Okay, of all the upgrades Criterion's 2018 boxed set gave us, I think this is the best.  Because that first blu was a, shall we say, questionable.  Criterion gave this film a fresh 2k scan in 2015 and the first thing you'll notice are how much more vivid the colors were.  The pillar-boxed 1.66:1 framing is similar, but slightly different between the two versions. The old DVD also had some interlacing issues, which you can see in the first comparison, that the blu has happily corrected. There's a little more detail to be discovered - look closely at Harriet's eyes - but even as far back as the DVD, we seemed to be very "down to the grain" already.

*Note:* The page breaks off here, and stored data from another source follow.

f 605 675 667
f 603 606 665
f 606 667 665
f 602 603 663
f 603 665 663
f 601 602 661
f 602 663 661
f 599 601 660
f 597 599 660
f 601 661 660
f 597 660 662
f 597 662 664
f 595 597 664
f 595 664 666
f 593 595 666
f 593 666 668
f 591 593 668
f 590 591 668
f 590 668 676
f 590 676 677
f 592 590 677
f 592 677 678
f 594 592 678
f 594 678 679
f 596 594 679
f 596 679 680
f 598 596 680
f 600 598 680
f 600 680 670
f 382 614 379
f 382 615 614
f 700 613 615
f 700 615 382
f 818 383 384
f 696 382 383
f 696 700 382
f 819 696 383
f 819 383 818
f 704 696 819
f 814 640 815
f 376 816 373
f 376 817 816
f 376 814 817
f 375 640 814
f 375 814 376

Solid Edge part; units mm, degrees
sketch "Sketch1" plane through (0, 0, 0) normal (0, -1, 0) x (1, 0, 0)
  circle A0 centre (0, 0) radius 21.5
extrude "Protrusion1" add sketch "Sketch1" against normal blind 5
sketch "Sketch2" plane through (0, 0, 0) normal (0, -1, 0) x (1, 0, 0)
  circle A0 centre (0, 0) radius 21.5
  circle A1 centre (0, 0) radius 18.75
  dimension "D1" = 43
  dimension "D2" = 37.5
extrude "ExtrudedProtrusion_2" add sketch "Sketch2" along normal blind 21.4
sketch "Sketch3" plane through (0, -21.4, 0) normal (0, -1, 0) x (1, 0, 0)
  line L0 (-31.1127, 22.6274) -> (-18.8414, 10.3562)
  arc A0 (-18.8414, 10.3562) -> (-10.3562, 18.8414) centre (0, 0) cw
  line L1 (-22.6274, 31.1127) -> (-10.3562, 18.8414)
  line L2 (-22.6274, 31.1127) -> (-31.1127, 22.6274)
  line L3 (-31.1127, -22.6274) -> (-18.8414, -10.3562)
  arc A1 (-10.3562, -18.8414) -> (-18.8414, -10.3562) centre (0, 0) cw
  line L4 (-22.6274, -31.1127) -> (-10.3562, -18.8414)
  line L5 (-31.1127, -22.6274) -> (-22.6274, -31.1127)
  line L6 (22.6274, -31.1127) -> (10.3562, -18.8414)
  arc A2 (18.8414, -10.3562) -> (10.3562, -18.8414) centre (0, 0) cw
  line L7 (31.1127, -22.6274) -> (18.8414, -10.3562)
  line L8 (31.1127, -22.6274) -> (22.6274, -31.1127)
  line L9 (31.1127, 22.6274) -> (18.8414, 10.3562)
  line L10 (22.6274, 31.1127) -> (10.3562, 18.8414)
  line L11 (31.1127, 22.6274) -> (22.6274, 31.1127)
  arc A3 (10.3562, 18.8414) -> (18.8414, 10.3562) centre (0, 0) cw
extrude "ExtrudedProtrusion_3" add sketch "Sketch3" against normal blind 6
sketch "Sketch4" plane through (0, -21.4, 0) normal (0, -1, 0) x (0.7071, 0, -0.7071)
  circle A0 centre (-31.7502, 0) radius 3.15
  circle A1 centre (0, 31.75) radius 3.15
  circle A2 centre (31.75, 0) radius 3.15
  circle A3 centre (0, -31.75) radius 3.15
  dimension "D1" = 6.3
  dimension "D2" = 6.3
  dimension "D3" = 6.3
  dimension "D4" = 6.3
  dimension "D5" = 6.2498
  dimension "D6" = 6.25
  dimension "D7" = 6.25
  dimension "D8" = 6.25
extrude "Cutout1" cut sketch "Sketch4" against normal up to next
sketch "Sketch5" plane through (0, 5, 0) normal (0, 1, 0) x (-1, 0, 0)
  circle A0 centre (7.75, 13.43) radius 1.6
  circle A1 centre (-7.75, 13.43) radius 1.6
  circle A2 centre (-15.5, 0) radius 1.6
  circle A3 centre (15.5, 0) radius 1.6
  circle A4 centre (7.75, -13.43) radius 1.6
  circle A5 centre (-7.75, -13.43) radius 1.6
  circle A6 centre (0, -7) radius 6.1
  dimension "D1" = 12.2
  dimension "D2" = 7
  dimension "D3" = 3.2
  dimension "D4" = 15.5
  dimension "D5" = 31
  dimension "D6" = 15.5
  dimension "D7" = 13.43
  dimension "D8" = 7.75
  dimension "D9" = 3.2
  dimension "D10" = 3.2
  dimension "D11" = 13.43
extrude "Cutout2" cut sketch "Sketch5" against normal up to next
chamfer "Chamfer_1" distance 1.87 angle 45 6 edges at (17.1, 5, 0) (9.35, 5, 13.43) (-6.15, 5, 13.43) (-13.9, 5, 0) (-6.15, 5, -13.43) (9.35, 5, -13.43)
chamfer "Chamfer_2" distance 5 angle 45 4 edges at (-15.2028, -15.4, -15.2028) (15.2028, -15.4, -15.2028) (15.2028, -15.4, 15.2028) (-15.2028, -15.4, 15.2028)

Now, I do appreciate that this film is meant to be stylized, and the stronger colors go hand in hand with that.  Of course there's supposed to be an awful lot of red in this film.  But looking at the skin tones, especially in the second comparison, I can't help but think that the color correction put the pedal to the floor in 2015.  There are other adjustments with the new blu - the framing has shifted again - but the important distinction is the return to the much more natural look, which I assume is correct.  Like, yes, there's meant to be a lot of objects, walls, etc that are very purposefully colored red in this film, but I'm not sure that means the people should look quite so orange.  I'd say the good outweighed the bad in 2015, and the non-interlaced HD boost was worth upgrading for; but I think it's just now in 2018 that they really got it right.

The lossless Swedish audio, was a nice improvement in either case, and sounds basically the same on both blus. And all three releases also offer an English dub track, which is interesting, in addition to the English subtitles.

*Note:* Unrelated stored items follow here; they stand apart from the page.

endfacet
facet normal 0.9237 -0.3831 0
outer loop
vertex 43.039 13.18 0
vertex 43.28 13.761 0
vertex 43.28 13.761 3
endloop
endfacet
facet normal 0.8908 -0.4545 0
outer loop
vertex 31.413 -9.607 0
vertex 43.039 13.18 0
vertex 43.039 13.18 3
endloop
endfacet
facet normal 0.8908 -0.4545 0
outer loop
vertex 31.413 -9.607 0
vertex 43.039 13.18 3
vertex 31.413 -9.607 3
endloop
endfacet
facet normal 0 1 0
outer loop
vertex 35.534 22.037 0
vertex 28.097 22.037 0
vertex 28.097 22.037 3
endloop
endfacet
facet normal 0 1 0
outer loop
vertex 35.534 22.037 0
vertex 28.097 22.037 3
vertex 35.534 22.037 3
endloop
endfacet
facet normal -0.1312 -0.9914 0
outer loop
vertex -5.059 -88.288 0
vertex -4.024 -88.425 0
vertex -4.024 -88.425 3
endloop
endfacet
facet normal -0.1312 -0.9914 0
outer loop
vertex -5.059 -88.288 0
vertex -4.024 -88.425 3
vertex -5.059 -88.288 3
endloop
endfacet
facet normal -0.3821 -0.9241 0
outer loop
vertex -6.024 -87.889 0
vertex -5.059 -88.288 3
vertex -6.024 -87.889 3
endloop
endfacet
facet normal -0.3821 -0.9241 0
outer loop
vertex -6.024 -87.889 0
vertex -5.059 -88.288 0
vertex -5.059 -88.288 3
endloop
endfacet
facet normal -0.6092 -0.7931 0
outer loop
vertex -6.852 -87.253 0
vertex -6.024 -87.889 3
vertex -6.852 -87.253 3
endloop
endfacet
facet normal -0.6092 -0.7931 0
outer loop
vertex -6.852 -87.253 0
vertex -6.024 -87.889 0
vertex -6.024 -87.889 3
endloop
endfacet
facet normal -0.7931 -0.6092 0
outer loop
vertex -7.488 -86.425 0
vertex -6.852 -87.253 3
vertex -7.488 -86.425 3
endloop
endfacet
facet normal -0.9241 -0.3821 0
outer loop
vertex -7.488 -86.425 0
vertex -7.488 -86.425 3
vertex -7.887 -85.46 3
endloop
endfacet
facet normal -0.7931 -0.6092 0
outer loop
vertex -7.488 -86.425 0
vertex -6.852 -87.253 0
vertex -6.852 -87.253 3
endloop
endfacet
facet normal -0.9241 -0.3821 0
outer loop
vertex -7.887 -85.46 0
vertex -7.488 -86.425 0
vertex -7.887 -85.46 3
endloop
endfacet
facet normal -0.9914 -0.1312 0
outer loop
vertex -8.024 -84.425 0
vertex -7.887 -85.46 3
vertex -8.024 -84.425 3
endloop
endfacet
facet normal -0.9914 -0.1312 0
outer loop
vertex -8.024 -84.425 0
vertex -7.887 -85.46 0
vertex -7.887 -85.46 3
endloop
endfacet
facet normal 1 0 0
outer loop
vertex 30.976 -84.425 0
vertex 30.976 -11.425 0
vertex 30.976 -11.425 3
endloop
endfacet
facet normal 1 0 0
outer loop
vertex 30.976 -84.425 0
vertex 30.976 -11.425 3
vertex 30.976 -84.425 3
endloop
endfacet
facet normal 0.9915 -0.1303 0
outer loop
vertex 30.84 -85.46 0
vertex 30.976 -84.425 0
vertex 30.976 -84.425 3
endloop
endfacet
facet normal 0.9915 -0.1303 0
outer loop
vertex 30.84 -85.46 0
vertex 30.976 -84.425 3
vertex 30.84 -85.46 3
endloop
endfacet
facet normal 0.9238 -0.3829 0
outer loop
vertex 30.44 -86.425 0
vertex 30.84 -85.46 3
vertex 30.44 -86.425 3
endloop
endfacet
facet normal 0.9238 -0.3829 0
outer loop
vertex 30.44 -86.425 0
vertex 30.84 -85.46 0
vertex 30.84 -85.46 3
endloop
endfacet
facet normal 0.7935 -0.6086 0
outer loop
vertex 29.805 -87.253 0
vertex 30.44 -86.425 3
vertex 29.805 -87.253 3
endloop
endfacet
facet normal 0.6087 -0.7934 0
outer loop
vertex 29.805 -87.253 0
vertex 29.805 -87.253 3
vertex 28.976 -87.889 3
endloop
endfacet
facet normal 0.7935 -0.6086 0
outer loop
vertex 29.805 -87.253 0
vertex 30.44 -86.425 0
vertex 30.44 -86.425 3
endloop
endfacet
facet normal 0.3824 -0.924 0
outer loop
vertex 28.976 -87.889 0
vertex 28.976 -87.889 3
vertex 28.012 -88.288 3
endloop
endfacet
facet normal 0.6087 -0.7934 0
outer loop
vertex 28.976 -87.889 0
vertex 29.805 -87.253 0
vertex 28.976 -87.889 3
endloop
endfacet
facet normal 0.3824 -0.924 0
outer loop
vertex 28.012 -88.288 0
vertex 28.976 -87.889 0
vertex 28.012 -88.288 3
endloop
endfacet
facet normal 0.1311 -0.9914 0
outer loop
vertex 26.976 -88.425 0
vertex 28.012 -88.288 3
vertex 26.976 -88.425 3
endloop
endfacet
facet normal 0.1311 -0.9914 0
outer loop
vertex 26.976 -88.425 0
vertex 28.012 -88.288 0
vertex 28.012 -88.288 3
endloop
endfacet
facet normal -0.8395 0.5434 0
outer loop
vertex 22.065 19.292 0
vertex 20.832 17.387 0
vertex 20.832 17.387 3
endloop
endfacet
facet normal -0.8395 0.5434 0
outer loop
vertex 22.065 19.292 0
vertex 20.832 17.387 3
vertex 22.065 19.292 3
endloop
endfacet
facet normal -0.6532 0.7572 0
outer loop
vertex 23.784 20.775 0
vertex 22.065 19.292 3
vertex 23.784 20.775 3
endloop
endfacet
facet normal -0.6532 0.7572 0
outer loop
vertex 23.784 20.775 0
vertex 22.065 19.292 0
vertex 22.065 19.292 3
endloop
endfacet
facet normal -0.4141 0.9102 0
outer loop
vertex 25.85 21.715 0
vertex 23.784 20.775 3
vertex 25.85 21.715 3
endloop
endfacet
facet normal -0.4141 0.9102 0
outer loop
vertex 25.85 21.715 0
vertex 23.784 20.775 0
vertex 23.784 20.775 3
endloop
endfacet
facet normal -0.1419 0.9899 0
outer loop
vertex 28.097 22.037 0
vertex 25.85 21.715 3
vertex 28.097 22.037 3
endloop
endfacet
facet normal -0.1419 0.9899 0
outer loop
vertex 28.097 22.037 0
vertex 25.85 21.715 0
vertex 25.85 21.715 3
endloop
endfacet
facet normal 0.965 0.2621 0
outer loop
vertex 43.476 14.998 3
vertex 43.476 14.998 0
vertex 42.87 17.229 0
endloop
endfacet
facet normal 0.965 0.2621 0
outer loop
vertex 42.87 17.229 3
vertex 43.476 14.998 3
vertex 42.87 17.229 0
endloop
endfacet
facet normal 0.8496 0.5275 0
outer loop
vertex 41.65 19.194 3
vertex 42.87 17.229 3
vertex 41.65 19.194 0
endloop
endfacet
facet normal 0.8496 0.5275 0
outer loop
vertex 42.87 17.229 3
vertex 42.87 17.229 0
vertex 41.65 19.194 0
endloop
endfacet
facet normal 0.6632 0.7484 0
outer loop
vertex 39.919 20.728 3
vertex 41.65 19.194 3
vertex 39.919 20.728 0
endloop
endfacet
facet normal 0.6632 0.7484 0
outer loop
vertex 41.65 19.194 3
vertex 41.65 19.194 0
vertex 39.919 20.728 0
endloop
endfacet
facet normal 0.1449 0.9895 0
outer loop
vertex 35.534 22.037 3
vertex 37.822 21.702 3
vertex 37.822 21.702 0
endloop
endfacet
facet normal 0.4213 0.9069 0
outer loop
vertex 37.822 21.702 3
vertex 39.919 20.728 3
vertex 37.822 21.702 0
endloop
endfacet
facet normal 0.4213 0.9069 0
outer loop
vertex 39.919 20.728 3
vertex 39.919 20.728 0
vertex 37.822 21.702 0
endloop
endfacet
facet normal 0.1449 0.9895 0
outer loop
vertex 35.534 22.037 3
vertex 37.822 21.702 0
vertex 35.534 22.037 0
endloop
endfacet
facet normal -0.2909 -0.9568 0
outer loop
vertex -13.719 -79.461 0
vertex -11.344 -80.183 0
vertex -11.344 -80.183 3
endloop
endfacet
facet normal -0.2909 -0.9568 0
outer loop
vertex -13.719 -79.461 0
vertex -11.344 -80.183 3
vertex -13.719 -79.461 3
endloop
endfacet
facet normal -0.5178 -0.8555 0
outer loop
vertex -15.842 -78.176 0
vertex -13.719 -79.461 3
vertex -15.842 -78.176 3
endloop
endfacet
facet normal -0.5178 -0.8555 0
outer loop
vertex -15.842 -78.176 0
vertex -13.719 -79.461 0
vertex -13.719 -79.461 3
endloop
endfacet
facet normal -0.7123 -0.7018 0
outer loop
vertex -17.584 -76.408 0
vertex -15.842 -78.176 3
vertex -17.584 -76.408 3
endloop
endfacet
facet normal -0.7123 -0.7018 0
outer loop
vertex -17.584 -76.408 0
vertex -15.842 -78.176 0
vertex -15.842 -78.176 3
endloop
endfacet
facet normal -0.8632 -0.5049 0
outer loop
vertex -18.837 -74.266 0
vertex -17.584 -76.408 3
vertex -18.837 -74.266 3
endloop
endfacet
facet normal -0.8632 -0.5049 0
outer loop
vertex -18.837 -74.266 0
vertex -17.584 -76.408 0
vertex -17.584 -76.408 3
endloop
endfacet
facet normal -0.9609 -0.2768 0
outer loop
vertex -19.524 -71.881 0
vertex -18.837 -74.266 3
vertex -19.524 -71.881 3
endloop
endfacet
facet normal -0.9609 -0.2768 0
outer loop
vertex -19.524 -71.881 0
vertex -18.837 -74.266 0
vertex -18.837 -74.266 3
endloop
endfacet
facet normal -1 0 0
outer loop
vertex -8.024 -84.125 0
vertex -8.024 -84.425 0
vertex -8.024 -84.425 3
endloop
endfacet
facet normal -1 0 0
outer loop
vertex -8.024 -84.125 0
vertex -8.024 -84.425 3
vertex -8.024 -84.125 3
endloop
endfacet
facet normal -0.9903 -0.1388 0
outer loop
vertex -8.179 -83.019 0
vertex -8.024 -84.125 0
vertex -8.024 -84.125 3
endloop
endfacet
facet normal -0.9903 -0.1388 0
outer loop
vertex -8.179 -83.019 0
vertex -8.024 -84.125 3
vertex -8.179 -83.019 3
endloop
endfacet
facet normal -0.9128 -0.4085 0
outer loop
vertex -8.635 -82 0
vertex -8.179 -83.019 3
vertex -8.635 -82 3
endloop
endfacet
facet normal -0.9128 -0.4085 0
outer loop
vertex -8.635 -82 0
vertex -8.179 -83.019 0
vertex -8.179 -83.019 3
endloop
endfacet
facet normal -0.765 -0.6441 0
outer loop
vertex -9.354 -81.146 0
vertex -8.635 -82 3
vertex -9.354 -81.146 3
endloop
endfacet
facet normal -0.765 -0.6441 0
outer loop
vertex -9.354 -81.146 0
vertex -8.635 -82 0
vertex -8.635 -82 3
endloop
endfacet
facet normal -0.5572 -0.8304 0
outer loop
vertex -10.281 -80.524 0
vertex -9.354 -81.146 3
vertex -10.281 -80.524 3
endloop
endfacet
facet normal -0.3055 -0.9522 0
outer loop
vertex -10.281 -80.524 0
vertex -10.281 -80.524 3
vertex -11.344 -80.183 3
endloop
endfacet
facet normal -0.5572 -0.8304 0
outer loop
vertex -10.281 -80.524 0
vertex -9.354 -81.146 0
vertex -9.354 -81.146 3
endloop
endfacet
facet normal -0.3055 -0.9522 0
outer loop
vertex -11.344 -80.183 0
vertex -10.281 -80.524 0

Of course, Criterion also comes through with some new extras. Perhaps the most compelling extra, though, was already available on the original release: an hour long Swedish television special, the title of which kind of explains it all: Ingmar Bergman: Reflections on Life, Death, and Love with Erland Josephson.

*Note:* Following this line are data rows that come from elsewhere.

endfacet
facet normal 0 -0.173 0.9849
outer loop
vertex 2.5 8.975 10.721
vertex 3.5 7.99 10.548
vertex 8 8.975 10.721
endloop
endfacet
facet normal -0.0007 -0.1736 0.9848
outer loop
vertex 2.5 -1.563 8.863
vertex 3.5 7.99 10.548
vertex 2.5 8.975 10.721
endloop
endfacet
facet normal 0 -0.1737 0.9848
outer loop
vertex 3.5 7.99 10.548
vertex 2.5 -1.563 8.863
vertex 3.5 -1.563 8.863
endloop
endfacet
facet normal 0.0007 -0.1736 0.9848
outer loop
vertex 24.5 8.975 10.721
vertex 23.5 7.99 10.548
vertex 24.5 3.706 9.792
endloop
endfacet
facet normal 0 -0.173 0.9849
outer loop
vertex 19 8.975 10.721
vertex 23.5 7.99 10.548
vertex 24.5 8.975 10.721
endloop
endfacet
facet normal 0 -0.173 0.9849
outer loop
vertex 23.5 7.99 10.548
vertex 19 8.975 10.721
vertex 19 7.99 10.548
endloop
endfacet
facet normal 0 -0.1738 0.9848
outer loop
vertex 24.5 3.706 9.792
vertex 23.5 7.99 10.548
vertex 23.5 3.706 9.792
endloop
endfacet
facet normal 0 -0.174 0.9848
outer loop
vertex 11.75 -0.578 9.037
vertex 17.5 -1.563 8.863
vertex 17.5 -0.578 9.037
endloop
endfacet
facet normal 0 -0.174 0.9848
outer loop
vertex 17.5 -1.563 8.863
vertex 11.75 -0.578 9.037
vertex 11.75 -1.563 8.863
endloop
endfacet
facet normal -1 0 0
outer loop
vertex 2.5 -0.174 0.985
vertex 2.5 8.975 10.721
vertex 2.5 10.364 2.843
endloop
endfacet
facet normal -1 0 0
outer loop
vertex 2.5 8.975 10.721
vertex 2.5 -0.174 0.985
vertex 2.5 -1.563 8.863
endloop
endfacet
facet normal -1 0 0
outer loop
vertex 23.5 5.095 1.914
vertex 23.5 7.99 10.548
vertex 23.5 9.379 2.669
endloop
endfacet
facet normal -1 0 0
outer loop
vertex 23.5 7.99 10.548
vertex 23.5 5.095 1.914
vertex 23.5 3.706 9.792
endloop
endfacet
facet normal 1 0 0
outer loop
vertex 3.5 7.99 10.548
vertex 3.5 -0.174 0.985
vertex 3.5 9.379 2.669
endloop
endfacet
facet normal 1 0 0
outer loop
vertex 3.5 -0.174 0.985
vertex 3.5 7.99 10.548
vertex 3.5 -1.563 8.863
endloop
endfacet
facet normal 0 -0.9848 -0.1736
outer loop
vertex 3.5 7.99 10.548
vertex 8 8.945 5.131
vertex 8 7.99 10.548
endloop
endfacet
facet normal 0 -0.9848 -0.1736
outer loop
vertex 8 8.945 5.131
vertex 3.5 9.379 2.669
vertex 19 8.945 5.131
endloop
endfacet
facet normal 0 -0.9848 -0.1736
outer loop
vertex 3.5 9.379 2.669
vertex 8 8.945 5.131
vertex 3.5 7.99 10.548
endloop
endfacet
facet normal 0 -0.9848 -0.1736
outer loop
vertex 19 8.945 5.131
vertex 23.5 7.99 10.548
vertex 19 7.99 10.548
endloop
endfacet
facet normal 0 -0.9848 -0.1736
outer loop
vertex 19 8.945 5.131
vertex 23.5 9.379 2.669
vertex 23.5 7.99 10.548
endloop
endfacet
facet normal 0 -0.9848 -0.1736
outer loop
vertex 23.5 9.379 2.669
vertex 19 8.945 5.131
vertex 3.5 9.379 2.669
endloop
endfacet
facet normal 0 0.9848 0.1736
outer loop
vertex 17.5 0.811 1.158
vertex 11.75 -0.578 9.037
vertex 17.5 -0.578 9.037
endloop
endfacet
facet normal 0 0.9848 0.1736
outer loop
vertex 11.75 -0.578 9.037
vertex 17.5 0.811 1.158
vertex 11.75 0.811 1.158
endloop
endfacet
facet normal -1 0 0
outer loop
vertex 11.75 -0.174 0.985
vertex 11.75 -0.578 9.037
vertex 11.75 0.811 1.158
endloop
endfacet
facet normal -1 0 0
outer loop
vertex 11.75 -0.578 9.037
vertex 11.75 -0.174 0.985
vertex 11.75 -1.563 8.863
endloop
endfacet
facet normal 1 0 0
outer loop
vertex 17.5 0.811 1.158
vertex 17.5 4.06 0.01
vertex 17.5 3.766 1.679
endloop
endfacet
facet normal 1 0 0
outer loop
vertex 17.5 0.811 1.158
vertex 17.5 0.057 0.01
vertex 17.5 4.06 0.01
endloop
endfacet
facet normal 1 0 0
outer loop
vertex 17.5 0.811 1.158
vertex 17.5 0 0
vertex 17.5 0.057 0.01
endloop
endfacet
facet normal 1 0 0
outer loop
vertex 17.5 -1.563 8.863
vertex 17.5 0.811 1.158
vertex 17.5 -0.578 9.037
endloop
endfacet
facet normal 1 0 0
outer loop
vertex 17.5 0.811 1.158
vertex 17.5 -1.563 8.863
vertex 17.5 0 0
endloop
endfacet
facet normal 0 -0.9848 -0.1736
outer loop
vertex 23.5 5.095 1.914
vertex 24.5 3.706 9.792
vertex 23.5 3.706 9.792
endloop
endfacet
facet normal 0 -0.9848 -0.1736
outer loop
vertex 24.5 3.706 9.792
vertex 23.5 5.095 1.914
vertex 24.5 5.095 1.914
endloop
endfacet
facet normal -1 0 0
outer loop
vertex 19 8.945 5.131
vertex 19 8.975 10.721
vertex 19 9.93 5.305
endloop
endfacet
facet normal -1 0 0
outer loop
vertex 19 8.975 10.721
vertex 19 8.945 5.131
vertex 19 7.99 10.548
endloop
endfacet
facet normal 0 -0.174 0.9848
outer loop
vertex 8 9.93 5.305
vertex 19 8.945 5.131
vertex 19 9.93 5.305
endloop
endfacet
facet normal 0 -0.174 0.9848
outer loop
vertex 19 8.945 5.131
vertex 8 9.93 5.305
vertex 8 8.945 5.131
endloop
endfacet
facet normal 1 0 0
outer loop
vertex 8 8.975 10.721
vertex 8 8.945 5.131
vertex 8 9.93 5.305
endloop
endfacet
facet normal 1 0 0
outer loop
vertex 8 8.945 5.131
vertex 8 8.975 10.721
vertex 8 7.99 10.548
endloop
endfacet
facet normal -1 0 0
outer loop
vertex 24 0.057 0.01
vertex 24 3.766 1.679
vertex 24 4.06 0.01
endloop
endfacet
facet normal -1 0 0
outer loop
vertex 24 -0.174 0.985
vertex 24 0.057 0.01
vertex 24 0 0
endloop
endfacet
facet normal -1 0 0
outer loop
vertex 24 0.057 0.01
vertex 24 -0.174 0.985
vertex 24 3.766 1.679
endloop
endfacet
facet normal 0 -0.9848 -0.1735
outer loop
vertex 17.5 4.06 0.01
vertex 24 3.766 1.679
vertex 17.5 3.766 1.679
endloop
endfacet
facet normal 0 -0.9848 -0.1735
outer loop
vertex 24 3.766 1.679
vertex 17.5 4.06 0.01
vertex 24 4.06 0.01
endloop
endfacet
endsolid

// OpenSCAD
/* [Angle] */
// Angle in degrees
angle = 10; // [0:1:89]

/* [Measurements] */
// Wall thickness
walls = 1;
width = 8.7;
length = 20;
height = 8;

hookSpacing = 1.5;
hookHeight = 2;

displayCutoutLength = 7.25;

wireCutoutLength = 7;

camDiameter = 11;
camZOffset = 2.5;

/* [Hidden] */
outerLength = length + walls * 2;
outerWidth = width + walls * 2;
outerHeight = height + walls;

But that's all the DVD had. The 2015 blu-ray has a bunch more. First it has another one of those great little Ingmar Bergman introductions that Criterion recorded for almost all of his films and have been including on the majority of their releases since. It's great to have some words from the man himself on what we're about to see. Up next is a 20 minute interview with Harriet Andersson. I feel like we hear from Liv Ulmann so much on all Bergman special editions, but this film was really Andersson's show, so I'm glad to see the spotlight shift this time around. There's also a great 30+ minute collection of behind the scenes footage narrated by Criterion's resident Bergman expert, Peter Cowie, who does his usual excellent job. Then there's a video essay by : : kogonada, which is decent but spends a lot of its time stating the obvious, and I don't know... feels a little arch. Or maybe I'm just letting the fact that he spells his name with a pair of colons bias me. Either way, it's okay for a quick watch but nothing special. And finally, there's a theatrical trailer, which was surprisingly absent from the original DVD, and a booklet with notes by Emma Wilson.

The new 2018 blu has the exact same extras package as the 2015 blu besides, of course, for the fact that it comes packaged with all the other Bergman films, and the extras associated with those.  The set includes a bonus disc with several docs and features about Bergman in general, after all, but there's nothing else Cries and Whispers-specific.  The Wilson essay from the previous booklets is back again, too, in the box's massive 248 page book.
Cries and Whispers is a classic that's just as effective today as it was when it was winning Oscars in the early 70s. They don't all hold up like this one. And so I'm really glad Criterion made the effort to redo their flawed blu-ray and give us a truly definitive edition this time around.  Honestly, I'm still working my way through it, but this whole box is awesome.